On the other hand, the Most-Favoured Nation principle provides that with respect to customs duties of any kind imposed on, or in connection with, importation, any advantage, favour, privilege or immunity granted by any WTO Member to a product originating in any other WTO Member shall be accorded immediately and unconditionally to the like product originating in the territories of all other WTO Members. In a nutshell, the Most-Favoured Nation principle would call for the application of the import carbon tariff across all WTO Members unless a differential treatment is justified. A circumstance that could justify a differential treatment would be evidence of compliance with the environmental objectives of the EU.
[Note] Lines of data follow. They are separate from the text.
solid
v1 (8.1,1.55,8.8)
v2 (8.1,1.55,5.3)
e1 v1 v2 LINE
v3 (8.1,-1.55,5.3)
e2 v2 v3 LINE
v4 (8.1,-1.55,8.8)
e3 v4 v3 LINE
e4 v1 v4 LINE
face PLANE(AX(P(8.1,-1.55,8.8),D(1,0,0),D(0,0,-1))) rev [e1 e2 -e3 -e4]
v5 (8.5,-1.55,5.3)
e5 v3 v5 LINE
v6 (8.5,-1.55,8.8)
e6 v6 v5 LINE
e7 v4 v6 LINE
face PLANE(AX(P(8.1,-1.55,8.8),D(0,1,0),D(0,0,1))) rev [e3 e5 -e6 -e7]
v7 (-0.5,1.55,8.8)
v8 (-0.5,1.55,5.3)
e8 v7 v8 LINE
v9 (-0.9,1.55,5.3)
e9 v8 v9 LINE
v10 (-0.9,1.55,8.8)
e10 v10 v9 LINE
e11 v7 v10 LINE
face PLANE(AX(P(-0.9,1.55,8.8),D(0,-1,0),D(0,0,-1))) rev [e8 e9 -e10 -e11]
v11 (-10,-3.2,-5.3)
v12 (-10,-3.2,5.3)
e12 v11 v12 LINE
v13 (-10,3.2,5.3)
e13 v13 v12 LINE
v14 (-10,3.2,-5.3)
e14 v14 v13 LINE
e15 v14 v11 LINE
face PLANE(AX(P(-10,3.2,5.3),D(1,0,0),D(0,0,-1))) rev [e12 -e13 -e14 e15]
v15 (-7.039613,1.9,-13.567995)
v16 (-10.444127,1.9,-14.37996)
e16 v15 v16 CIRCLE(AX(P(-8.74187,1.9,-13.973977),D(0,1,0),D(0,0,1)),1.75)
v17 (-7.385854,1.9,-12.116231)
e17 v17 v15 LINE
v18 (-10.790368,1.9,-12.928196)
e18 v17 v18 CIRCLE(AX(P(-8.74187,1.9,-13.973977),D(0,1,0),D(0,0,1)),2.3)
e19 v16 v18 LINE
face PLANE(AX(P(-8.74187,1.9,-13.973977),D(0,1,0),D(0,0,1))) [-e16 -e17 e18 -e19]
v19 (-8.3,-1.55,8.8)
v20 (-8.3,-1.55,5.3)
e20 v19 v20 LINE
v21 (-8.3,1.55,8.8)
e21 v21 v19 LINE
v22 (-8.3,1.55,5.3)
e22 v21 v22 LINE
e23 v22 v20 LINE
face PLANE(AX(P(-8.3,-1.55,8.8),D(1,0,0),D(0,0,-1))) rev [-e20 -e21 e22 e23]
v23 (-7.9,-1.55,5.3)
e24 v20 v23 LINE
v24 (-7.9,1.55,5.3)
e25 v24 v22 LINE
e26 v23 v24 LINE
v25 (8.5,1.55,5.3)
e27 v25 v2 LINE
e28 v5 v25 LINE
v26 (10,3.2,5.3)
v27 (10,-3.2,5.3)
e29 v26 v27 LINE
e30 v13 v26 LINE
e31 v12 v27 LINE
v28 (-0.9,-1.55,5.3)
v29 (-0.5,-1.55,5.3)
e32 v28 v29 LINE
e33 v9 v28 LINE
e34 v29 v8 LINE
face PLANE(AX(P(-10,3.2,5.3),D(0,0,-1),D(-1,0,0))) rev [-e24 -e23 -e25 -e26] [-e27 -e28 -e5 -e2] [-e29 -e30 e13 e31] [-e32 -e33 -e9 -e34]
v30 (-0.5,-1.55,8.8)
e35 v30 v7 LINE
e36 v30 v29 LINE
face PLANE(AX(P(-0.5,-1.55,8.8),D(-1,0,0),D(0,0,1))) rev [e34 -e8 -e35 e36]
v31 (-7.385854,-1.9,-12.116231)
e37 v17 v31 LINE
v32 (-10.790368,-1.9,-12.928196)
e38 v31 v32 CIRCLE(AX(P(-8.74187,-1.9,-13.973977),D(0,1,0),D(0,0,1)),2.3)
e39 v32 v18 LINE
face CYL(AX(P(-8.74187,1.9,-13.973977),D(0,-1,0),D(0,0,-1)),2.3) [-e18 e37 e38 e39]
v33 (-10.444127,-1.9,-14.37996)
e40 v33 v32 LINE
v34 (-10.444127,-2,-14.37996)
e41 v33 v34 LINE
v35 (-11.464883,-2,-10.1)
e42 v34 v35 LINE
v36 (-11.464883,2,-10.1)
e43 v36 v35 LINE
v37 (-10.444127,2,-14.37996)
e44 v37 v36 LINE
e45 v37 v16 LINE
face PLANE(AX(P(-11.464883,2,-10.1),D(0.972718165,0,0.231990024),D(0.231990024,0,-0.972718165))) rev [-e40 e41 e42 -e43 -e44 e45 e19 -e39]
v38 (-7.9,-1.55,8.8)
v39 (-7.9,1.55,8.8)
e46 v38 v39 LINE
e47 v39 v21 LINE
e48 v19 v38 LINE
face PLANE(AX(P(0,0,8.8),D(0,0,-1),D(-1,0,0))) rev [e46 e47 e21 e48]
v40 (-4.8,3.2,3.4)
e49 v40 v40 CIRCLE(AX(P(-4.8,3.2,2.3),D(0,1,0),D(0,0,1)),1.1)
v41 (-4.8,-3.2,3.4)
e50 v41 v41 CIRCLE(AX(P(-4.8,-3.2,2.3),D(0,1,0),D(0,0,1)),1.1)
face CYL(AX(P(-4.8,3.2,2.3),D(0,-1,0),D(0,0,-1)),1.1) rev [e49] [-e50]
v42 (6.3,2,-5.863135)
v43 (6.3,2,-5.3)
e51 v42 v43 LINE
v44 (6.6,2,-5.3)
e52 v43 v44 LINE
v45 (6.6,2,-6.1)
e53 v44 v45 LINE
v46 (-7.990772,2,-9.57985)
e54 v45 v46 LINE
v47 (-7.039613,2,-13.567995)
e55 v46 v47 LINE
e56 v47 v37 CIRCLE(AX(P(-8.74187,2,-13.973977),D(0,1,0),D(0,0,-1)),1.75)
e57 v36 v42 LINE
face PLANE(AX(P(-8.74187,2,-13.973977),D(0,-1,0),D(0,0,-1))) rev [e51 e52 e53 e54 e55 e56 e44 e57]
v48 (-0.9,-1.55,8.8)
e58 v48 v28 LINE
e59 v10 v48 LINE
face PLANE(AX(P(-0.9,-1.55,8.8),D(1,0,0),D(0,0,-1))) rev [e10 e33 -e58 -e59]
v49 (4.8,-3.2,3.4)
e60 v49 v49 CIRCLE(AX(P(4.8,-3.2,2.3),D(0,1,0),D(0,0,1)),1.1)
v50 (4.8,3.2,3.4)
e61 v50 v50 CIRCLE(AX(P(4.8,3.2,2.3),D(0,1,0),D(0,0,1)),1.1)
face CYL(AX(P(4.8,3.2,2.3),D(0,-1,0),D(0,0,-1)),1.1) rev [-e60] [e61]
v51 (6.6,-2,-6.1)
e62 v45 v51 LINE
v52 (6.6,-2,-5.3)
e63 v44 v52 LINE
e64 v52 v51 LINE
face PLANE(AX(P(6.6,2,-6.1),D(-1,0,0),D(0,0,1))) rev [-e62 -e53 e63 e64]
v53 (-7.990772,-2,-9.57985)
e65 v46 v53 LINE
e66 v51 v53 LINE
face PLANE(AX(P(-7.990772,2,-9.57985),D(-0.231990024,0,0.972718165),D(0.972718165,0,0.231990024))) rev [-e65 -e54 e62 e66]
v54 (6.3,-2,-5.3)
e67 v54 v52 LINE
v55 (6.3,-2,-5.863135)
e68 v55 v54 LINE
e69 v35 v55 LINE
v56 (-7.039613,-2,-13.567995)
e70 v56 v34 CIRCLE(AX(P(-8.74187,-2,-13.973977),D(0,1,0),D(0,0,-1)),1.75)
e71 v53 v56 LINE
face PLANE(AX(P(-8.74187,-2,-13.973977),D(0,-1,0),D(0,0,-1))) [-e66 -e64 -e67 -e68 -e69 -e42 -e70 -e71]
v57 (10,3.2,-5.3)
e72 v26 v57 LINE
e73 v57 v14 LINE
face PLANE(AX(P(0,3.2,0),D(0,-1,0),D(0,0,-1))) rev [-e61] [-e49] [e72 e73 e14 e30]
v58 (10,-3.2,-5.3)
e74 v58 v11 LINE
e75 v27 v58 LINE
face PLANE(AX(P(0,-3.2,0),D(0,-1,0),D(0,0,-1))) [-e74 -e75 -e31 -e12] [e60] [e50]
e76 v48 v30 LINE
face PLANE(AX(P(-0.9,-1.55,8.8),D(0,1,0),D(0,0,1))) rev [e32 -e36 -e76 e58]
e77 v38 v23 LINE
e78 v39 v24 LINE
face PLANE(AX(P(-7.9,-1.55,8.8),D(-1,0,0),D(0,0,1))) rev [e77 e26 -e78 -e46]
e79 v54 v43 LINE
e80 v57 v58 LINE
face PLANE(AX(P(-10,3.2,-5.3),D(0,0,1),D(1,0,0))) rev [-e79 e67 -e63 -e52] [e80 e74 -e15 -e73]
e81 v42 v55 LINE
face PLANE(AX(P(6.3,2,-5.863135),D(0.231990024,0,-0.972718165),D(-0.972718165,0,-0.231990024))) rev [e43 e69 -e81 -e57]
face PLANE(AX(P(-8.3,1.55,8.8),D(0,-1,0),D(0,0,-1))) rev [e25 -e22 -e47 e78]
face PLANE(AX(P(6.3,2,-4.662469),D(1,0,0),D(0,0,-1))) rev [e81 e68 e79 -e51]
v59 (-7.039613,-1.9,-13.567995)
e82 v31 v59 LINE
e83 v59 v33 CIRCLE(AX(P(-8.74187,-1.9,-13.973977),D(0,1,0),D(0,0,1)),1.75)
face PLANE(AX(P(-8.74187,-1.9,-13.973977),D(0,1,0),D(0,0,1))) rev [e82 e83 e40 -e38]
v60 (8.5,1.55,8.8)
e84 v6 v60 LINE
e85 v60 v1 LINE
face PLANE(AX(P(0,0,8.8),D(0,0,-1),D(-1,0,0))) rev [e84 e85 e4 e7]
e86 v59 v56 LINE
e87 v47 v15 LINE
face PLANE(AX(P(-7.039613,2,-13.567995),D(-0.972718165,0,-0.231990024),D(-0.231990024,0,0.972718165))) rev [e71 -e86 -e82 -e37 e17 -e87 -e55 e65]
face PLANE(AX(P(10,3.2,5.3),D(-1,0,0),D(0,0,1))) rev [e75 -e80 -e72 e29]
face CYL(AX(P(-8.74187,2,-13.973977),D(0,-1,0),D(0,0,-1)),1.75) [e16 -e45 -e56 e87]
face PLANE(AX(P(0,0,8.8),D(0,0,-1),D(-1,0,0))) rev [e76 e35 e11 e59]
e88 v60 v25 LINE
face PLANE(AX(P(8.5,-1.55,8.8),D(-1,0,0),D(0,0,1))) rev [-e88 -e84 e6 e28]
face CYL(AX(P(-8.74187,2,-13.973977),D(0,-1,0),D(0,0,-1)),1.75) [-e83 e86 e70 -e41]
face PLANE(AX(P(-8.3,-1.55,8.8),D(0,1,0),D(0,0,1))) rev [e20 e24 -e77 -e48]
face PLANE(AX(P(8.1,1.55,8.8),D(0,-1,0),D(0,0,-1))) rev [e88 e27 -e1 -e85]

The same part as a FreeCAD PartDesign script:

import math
import FreeCAD as App
import Part
import Sketcher

V = App.Vector
Q = App.Units.Quantity

doc = App.newDocument("Part")
params = doc.addObject("Spreadsheet::Sheet", "Params")
for row, (alias, value) in enumerate([
    ("sketch1_diameter", "2.2 mm"),
    ("sketch1_width", "20 mm"),
    ("sketch1_height", "10.6 mm"),
    ("pad1_length", "6.4 mm"),
    ("sketch2_width", "0.4 mm"),
    ("sketch2_height", "3.1 mm"),
    ("pad2_length", "3.5 mm"),
    ("sketch3_radius", "1.75 mm"),
    ("sketch3_length", "15 mm"),
    ("sketch3_width", "0.3 mm"),
    ("sketch3_length2", "4.1 mm"),
    ("sketch3_length3", "4.4 mm"),
    ("pad3_length", "4 mm"),
    ("sketch4_diameter", "4.6 mm"),
    ("pad4_length", "3.8 mm"),
], start=1):
    params.set(f"A{row}", alias)
    params.set(f"B{row}", "=" + value)
    params.setAlias(f"B{row}", alias)

body = doc.addObject("PartDesign::Body", "Body")

sketch1 = body.newObject("Sketcher::SketchObject", "Sketch")
sketch1.AttachmentSupport = (doc.getObject("XZ_Plane"), [""])
sketch1.MapMode = "FlatFace"
sketch1.addGeometry([
    Part.LineSegment(V(-10, -5.3, 0), V(-10, 5.3, 0)),
    Part.LineSegment(V(-10, 5.3, 0), V(10, 5.3, 0)),
    Part.LineSegment(V(10, 5.3, 0), V(10, -5.3, 0)),
    Part.LineSegment(V(10, -5.3, 0), V(-10, -5.3, 0)),
    Part.Circle(V(-4.8, 2.3, 0), V(0, 0, 1), 1.1),
    Part.Circle(V(4.8, 2.3, 0), V(0, 0, 1), 1.1),
], False)
sketch1.addConstraint([
    Sketcher.Constraint("Coincident", 0, 2, 1, 1),
    Sketcher.Constraint("Coincident", 1, 2, 2, 1),
    Sketcher.Constraint("Coincident", 2, 2, 3, 1),
    Sketcher.Constraint("Coincident", 3, 2, 0, 1),
    Sketcher.Constraint("Vertical", 0),
    Sketcher.Constraint("Horizontal", 1),
    Sketcher.Constraint("Vertical", 2),
    Sketcher.Constraint("Horizontal", 3),
    Sketcher.Constraint("Equal", 4, 5),
    Sketcher.Constraint("Symmetric", 0, 2, 2, 2, -1, 1),
    Sketcher.Constraint("Symmetric", 4, 3, 5, 3, -2),
    Sketcher.Constraint("Diameter", 4, Q("2.2 mm")),
    Sketcher.Constraint("DistanceX", 1, 1, 1, 2, Q("20 mm")),
    Sketcher.Constraint("DistanceY", 0, 1, 0, 2, Q("10.6 mm")),
    Sketcher.Constraint("DistanceY", 4, 3, 0, 2, Q("3 mm")),
    Sketcher.Constraint("DistanceX", 4, 3, -1, 1, Q("4.8 mm")),
])
sketch1.setExpression("Constraints[11]", "Params.sketch1_diameter")
sketch1.setExpression("Constraints[12]", "Params.sketch1_width")
sketch1.setExpression("Constraints[13]", "Params.sketch1_height")
pad1 = body.newObject("PartDesign::Pad", "Pad")
pad1.Profile = sketch1
pad1.setExpression("Length", "Params.pad1_length")
pad1.Midplane = True

sketch2 = body.newObject("Sketcher::SketchObject", "Sketch001")
sketch2.AttachmentSupport = (doc.getObject("XY_Plane"), [""])
sketch2.MapMode = "FlatFace"
sketch2.AttachmentOffset = App.Placement(V(0, 0, 5.3), App.Rotation())
sketch2.addGeometry([
    Part.LineSegment(V(-8.3, 1.55, 0), V(-8.3, -1.55, 0)),
    Part.LineSegment(V(-8.3, -1.55, 0), V(-7.9, -1.55, 0)),
    Part.LineSegment(V(-7.9, -1.55, 0), V(-7.9, 1.55, 0)),
    Part.LineSegment(V(-7.9, 1.55, 0), V(-8.3, 1.55, 0)),
    Part.LineSegment(V(-0.9, 1.55, 0), V(-0.9, -1.55, 0)),
    Part.LineSegment(V(-0.9, -1.55, 0), V(-0.5, -1.55, 0)),
    Part.LineSegment(V(-0.5, -1.55, 0), V(-0.5, 1.55, 0)),
    Part.LineSegment(V(-0.5, 1.55, 0), V(-0.9, 1.55, 0)),
    Part.LineSegment(V(8.1, 1.55, 0), V(8.1, -1.55, 0)),
    Part.LineSegment(V(8.1, -1.55, 0), V(8.5, -1.55, 0)),
    Part.LineSegment(V(8.5, -1.55, 0), V(8.5, 1.55, 0)),
    Part.LineSegment(V(8.5, 1.55, 0), V(8.1, 1.55, 0)),
], False)
sketch2.addConstraint([
    Sketcher.Constraint("Coincident", 0, 2, 1, 1),
    Sketcher.Constraint("Coincident", 1, 2, 2, 1),
    Sketcher.Constraint("Coincident", 2, 2, 3, 1),
    Sketcher.Constraint("Coincident", 3, 2, 0, 1),
    Sketcher.Constraint("Coincident", 4, 2, 5, 1),
    Sketcher.Constraint("Coincident", 5, 2, 6, 1),
    Sketcher.Constraint("Coincident", 6, 2, 7, 1),
    Sketcher.Constraint("Coincident", 7, 2, 4, 1),
    Sketcher.Constraint("Coincident", 8, 2, 9, 1),
    Sketcher.Constraint("Coincident", 9, 2, 10, 1),
    Sketcher.Constraint("Coincident", 10, 2, 11, 1),
    Sketcher.Constraint("Coincident", 11, 2, 8, 1),
    Sketcher.Constraint("Vertical", 0),
    Sketcher.Constraint("Horizontal", 1),
    Sketcher.Constraint("Vertical", 2),
    Sketcher.Constraint("Horizontal", 3),
    Sketcher.Constraint("Vertical", 4),
    Sketcher.Constraint("Horizontal", 5),
    Sketcher.Constraint("Vertical", 6),
    Sketcher.Constraint("Horizontal", 7),
    Sketcher.Constraint("Vertical", 8),
    Sketcher.Constraint("Horizontal", 9),
    Sketcher.Constraint("Vertical", 10),
    Sketcher.Constraint("Horizontal", 11),
    Sketcher.Constraint("Horizontal", 1, 2, 4, 2),
    Sketcher.Constraint("Horizontal", 3, 2, 6, 2),
    Sketcher.Constraint("Horizontal", 5, 2, 8, 2),
    Sketcher.Constraint("Horizontal", 7, 2, 10, 2),
    Sketcher.Constraint("Equal", 3, 5),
Hong Kong traders might be interested in following up on any future decision of the EU to impose – or not – a carbon tariff upon imports of energy intensive products. Considering the Most-Favoured Nation principle, such a tariff would need to be applied to all WTO Members in a non-discriminatory manner, therefore, become applicable to products originating in Hong Kong, mainland China and other countries, in the event that the industry in these countries does not meet the environmental objectives of the EU.